Find the least value of` log_2x-log_x(0.125)`for `xgt1` .

To find the least value of \( \log_2 x - \log_x (0.125) \) for \( x > 1 \), we can follow these steps: ### Step 1: Rewrite the expression We start with the expression: \[ \log_2 x - \log_x (0.125) \] We can rewrite \( 0.125 \) as \( \frac{1}{8} \) or \( 8^{-1} \). Thus, we have: \[ \log_x (0.125) = \log_x (8^{-1}) = -\log_x (8) \] So the expression becomes: \[ \log_2 x + \log_x (8) \] ### Step 2: Use the change of base formula Using the change of base formula for logarithms, we can express \( \log_x (8) \) as: \[ \log_x (8) = \frac{\log_2 (8)}{\log_2 (x)} \] Since \( 8 = 2^3 \), we know that \( \log_2 (8) = 3 \). Therefore: \[ \log_x (8) = \frac{3}{\log_2 (x)} \] ### Step 3: Substitute back into the expression Now substituting this back into our expression gives: \[ \log_2 x + \frac{3}{\log_2 x} \] Let \( y = \log_2 x \). Then we can rewrite the expression as: \[ y + \frac{3}{y} \] ### Step 4: Find the minimum value To find the minimum value of \( y + \frac{3}{y} \), we can use calculus.
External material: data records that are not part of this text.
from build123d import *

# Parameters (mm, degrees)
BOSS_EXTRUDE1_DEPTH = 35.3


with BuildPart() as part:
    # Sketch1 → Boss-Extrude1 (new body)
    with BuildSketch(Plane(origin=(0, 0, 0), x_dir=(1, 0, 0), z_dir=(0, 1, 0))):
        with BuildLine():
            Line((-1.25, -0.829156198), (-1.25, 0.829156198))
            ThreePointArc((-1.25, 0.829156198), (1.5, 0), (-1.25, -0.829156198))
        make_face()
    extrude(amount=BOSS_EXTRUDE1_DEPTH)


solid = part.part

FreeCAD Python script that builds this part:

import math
import FreeCAD as App
import Part
import Sketcher
Q = App.Units.Quantity

doc = App.newDocument("Part")
body = doc.addObject("PartDesign::Body", "Body")

# Sketch on XZ plane
sketch1 = body.newObject("Sketcher::SketchObject", "Sketch")
sketch1.AttachmentSupport = (doc.getObject("XZ_Plane"), [""])
sketch1.MapMode = "FlatFace"
sketch1.addGeometry([
    Part.LineSegment(App.Vector(-1.2, -0.8, 0), App.Vector(-1.2, 0.8, 0)),
    Part.ArcOfCircle(Part.Circle(App.Vector(0, 0, 0), App.Vector(0, 0, 1), 1.5), math.radians(-146), math.radians(146)),
], False)
sketch1.addConstraint([
    Sketcher.Constraint("Coincident", 0, 1, 1, 1),
    Sketcher.Constraint("Coincident", 1, 2, 0, 2),
    Sketcher.Constraint("Vertical", 0),
    Sketcher.Constraint("Coincident", 1, 3, -1, 1),
    Sketcher.Constraint("Radius", 1, Q("1.5 mm")),
    Sketcher.Constraint("DistanceX", 0, 1, -1, 1, Q("1.25 mm")),
])
pad1 = body.newObject("PartDesign::Pad", "Pad")
pad1.Profile = sketch1
pad1.Length = 35.3
pad1.Reversed = True

doc.recompute()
We first find the derivative: \[ f(y) = y + \frac{3}{y} \] The derivative \( f'(y) \) is: \[ f'(y) = 1 - \frac{3}{y^2} \] Setting the derivative to zero to find critical points: \[ 1 - \frac{3}{y^2} = 0 \implies \frac{3}{y^2} = 1 \implies y^2 = 3 \implies y = \sqrt{3} \] Since \( x > 1 \), we have \( y > 0 \). ### Step 5: Verify the minimum To confirm that this is a minimum, we check the second derivative: \[ f''(y) = \frac{6}{y^3} \] Since \( f''(y) > 0 \) for \( y > 0 \), the function is concave up at \( y = \sqrt{3} \), confirming a local minimum. ### Step 6: Calculate the minimum value Now substituting \( y = \sqrt{3} \) back into the expression: \[ f(\sqrt{3}) = \sqrt{3} + \frac{3}{\sqrt{3}} = \sqrt{3} + \sqrt{3} = 2\sqrt{3} \] Thus, the least value of \( \log_2 x - \log_x (0.125) \) for \( x > 1 \) is: \[ \boxed{2\sqrt{3}} \]